Data entries
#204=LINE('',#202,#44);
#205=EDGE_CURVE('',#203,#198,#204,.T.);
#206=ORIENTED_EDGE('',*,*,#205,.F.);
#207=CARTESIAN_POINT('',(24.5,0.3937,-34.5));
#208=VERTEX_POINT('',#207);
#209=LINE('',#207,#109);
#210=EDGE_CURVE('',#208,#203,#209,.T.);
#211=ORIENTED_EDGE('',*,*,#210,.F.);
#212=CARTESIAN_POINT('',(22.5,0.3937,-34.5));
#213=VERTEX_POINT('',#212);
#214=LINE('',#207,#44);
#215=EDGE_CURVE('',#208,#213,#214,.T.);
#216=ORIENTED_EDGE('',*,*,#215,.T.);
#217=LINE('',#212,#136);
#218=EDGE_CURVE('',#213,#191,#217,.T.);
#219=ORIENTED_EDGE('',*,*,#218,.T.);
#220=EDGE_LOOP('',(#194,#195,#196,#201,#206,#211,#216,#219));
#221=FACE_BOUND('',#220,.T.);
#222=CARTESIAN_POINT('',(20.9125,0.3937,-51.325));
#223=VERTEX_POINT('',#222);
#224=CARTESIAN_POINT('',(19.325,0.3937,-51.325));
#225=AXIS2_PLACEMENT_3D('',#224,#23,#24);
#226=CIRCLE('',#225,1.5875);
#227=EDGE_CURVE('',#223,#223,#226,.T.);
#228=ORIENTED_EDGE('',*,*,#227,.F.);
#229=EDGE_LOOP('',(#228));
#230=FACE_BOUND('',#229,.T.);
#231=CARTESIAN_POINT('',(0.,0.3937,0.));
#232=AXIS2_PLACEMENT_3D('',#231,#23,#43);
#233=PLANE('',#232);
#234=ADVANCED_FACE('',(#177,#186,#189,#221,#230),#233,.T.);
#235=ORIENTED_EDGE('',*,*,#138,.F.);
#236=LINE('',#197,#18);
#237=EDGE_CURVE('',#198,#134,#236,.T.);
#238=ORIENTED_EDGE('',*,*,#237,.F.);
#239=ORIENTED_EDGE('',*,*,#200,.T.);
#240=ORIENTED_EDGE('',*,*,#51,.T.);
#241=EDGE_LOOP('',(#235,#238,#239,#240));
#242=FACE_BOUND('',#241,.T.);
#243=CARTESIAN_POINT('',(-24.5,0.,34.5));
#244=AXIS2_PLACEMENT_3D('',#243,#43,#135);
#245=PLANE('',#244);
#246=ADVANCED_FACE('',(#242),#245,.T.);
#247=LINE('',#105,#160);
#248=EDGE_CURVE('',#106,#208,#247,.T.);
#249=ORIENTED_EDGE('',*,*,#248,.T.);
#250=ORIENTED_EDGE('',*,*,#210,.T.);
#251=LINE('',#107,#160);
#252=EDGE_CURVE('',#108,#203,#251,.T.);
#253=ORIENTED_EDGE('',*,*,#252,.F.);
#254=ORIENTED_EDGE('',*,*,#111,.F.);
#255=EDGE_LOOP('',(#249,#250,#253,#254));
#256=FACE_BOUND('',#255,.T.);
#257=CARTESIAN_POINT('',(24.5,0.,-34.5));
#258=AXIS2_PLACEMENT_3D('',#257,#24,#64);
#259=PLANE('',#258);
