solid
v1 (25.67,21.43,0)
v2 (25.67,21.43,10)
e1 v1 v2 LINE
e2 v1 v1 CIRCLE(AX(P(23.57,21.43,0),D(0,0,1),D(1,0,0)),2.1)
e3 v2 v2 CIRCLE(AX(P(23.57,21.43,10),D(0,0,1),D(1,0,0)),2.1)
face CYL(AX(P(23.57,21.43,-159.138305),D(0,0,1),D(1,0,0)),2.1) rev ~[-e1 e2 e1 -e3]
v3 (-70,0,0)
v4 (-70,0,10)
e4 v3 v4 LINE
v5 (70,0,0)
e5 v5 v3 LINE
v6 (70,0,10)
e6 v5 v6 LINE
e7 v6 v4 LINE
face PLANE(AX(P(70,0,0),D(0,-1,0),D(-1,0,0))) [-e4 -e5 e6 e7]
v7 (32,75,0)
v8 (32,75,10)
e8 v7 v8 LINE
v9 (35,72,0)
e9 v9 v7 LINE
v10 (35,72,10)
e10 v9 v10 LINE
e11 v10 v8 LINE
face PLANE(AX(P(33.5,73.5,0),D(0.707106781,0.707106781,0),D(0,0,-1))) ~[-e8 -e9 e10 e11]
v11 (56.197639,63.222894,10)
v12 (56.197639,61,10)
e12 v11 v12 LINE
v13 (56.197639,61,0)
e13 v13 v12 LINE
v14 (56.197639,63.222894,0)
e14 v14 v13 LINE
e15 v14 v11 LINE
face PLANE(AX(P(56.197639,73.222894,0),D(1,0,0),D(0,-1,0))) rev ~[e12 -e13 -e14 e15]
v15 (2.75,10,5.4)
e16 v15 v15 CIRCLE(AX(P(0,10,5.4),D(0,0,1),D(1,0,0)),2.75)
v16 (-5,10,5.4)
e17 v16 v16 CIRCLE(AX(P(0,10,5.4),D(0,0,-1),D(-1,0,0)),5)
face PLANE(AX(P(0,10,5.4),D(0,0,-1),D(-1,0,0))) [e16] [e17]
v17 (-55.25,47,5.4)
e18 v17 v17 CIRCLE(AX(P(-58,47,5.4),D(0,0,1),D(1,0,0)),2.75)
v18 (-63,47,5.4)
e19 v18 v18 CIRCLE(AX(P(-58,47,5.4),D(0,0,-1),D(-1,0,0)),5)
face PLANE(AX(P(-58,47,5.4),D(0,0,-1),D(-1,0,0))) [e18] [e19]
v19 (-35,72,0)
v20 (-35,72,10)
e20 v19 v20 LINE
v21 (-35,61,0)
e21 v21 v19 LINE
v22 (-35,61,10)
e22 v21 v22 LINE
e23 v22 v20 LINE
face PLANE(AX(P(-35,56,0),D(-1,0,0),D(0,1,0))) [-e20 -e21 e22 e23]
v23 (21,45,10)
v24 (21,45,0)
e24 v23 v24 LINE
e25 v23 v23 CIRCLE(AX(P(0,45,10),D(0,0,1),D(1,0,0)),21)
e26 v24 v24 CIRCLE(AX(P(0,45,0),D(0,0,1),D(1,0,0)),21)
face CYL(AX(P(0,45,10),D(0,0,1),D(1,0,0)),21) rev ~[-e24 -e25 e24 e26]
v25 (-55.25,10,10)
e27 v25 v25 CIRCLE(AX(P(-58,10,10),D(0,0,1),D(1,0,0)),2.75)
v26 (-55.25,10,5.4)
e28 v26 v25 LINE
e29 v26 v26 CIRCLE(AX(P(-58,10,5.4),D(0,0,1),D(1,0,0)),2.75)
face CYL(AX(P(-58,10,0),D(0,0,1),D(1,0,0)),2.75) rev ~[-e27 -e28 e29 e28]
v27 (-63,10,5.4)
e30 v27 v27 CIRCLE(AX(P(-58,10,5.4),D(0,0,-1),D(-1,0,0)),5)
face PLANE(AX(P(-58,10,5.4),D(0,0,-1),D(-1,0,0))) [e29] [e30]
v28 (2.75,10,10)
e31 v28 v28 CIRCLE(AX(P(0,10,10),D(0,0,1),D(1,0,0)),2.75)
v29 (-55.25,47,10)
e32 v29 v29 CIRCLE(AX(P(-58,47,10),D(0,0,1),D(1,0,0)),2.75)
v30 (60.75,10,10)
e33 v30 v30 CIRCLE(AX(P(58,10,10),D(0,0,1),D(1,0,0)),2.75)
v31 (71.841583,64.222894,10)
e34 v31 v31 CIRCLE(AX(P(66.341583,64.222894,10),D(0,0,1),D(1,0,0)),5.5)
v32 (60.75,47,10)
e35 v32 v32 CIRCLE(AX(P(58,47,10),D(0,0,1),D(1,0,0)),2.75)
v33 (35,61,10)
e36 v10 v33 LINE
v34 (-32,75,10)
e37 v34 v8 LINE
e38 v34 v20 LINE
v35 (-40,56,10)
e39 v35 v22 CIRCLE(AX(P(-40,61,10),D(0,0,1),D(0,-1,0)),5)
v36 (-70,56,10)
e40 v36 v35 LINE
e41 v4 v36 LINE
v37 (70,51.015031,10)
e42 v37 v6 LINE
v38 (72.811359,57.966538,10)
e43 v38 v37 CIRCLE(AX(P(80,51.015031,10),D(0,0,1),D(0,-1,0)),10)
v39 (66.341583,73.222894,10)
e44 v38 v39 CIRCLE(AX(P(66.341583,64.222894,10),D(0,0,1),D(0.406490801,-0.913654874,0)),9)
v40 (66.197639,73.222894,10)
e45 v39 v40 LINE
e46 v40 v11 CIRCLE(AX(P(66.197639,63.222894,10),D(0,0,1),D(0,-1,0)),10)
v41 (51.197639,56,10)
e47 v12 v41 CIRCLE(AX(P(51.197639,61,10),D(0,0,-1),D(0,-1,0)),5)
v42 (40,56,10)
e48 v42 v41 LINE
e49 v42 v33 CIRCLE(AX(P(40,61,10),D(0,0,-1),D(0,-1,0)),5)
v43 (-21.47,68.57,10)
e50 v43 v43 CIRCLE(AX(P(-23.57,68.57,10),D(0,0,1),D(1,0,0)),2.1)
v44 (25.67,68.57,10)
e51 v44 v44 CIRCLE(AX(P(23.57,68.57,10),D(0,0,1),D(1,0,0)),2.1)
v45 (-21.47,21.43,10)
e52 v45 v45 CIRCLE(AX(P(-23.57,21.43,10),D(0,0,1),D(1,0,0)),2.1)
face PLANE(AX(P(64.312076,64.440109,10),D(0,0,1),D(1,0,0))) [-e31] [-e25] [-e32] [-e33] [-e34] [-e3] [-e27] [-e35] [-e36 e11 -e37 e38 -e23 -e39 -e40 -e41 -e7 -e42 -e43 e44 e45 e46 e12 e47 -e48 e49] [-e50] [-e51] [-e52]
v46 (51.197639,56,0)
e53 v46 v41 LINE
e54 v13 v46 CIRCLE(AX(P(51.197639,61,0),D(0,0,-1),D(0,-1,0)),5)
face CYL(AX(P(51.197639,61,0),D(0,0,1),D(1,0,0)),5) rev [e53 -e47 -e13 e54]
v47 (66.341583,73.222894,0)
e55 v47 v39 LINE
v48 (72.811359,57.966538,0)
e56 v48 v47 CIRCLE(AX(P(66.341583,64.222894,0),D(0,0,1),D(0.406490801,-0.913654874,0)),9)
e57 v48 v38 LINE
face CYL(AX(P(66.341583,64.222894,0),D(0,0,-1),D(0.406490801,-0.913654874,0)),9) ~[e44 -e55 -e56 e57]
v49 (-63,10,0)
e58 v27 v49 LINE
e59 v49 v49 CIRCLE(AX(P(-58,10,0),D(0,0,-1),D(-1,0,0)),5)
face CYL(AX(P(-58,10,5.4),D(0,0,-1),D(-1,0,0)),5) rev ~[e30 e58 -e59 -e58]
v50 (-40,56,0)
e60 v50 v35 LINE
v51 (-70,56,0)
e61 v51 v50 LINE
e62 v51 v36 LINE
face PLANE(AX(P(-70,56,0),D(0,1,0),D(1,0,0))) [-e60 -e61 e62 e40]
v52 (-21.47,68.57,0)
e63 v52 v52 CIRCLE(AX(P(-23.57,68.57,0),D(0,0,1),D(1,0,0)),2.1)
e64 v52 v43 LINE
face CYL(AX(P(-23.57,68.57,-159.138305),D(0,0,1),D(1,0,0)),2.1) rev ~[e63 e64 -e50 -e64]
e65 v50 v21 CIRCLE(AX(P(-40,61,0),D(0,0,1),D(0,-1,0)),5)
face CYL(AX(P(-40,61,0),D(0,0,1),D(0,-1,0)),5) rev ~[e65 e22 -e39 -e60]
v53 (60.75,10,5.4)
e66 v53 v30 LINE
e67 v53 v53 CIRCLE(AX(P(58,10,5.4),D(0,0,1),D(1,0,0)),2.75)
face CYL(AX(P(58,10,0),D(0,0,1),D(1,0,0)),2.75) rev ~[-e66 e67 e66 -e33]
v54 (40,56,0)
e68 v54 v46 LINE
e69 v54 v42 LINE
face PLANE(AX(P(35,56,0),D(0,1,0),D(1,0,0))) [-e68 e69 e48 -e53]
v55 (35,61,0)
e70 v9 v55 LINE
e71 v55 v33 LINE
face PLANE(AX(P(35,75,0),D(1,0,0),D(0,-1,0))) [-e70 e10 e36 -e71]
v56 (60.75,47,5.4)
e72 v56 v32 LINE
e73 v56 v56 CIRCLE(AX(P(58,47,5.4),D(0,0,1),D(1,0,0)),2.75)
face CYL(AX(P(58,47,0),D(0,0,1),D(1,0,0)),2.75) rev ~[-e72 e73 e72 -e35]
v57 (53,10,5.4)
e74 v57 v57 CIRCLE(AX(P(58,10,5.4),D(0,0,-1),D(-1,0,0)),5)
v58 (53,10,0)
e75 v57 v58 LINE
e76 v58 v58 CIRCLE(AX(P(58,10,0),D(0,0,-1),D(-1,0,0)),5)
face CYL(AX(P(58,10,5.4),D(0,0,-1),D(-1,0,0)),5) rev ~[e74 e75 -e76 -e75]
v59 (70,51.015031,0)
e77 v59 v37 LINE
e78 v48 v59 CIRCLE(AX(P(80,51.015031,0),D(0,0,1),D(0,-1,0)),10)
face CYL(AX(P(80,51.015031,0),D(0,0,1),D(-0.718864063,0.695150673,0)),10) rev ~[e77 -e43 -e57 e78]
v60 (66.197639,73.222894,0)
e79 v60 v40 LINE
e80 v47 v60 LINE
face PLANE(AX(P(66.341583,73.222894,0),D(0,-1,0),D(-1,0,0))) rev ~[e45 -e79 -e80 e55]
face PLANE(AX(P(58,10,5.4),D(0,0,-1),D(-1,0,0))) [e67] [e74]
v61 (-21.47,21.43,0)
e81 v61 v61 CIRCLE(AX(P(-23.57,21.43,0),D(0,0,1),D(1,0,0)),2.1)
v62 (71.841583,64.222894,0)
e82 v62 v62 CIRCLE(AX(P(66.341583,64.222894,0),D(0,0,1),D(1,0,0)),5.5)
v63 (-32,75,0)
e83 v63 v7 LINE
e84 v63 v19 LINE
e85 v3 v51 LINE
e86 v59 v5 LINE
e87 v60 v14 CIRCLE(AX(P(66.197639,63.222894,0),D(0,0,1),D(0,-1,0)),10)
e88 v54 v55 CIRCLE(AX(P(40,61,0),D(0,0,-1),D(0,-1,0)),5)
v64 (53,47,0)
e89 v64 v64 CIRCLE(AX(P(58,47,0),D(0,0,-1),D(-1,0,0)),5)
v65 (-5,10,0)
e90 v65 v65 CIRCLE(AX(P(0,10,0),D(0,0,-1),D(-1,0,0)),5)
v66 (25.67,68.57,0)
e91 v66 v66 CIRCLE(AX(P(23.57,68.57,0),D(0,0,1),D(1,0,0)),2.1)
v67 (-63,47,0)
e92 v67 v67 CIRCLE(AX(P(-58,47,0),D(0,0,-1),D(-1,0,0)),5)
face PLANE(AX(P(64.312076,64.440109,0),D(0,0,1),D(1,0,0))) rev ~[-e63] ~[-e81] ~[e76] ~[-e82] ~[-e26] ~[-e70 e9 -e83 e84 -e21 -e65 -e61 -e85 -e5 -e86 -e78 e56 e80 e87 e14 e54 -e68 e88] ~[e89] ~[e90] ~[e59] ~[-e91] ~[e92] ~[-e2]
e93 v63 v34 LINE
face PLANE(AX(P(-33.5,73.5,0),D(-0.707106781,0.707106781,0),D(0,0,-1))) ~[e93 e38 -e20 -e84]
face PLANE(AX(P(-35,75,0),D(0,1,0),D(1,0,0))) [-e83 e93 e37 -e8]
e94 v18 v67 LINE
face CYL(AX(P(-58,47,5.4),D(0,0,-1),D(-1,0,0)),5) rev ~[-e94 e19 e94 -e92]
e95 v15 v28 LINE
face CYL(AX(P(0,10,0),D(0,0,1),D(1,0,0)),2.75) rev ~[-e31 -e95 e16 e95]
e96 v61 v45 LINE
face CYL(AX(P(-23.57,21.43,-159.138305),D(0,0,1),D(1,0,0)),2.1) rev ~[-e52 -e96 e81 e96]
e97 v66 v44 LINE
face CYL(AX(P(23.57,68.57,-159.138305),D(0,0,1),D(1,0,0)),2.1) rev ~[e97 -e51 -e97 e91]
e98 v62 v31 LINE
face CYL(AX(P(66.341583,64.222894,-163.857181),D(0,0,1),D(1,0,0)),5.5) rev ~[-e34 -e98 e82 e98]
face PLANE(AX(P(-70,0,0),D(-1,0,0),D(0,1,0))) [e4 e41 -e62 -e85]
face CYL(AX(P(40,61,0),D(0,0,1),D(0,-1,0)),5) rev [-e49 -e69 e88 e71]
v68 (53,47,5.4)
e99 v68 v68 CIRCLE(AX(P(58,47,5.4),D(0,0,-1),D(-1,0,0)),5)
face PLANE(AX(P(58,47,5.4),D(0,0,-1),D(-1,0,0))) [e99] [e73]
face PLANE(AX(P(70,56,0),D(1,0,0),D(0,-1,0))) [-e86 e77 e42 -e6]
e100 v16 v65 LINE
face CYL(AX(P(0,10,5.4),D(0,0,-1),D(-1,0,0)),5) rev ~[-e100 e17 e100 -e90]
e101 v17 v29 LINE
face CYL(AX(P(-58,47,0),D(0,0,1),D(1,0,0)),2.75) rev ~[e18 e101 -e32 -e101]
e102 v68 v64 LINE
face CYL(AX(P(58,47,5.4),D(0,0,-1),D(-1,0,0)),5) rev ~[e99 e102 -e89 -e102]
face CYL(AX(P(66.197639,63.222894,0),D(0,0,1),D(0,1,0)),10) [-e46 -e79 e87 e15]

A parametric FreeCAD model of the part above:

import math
import FreeCAD as App
import Part
import Sketcher
from FreeCAD import Vector


def edges_at(feature, points):
    """Names of the edges that pass closest to the given points."""
    edges = feature.Shape.Edges
    near = lambda p: min(range(len(edges)), key=lambda i: edges[i].distToShape(Part.Vertex(*p))[0])
    return sorted({f"Edge{near(p) + 1}" for p in points})


def add_polygon(sketch, points):
    """Adds a closed chain of lines whose ends are joined by coincident constraints."""
    first, n = sketch.GeometryCount, len(points)
    for a, b in zip(points, points[1:] + points[:1]):
        sketch.addGeometry(Part.LineSegment(App.Vector(*a, 0), App.Vector(*b, 0)), False)
    for i in range(n):
        sketch.addConstraint(Sketcher.Constraint("Coincident", first + i, 2, first + (i + 1) % n, 1))

doc = App.newDocument("Part")
params = doc.addObject("Spreadsheet::Sheet", "Params")
for row, (alias, value) in enumerate([
    ("sketch1_width", "35 mm"),
    ("sketch1_width2", "70 mm"),
    ("sketch1_height", "19 mm"),
    ("sketch1_height2", "56 mm"),
    ("pad1_length", "10 mm"),
    ("sketch2_diameter", "4.2 mm"),
    ("hole_diameter", "4.2 mm"),
    ("sketch3_diameter", "42 mm"),
    ("chamfer_size", "3 mm"),
    ("sketch4_diameter", "5.5 mm"),
    ("hole2_diameter", "5.5 mm"),
    ("hole2_cbore_diameter", "10 mm"),
    ("hole2_cbore_depth", "5.4 mm"),
    ("sketch5_radius", "9 mm"),
    ("pad2_length", "10 mm"),
    ("fillet_radius", "10 mm"),
    ("fillet2_radius", "5 mm"),
    ("sketch6_diameter", "11 mm"),
    ("hole3_diameter", "11 mm"),
    ("sketch7_diameter", "11 mm"),
    ("hole4_diameter", "11 mm"),
], start=1):
    params.set(f"A{row}", alias)
    params.set(f"B{row}", "=" + value)
    params.setAlias(f"B{row}", alias)

body = doc.addObject("PartDesign::Body", "Body")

Required action: Using the data above, reproduce exactly the lines from the line that contains "#247=LINE('',#105,#160);" through the line that contains "v1 (25.67,21.43,0)", including both.

Result:
#247=LINE('',#105,#160);
#248=EDGE_CURVE('',#106,#208,#247,.T.);
#249=ORIENTED_EDGE('',*,*,#248,.T.);
#250=ORIENTED_EDGE('',*,*,#210,.T.);
#251=LINE('',#107,#160);
#252=EDGE_CURVE('',#108,#203,#251,.T.);
#253=ORIENTED_EDGE('',*,*,#252,.F.);
#254=ORIENTED_EDGE('',*,*,#111,.F.);
#255=EDGE_LOOP('',(#249,#250,#253,#254));
#256=FACE_BOUND('',#255,.T.);
#257=CARTESIAN_POINT('',(24.5,0.,-34.5));
#258=AXIS2_PLACEMENT_3D('',#257,#24,#64);
#259=PLANE('',#258);
solid
v1 (25.67,21.43,0)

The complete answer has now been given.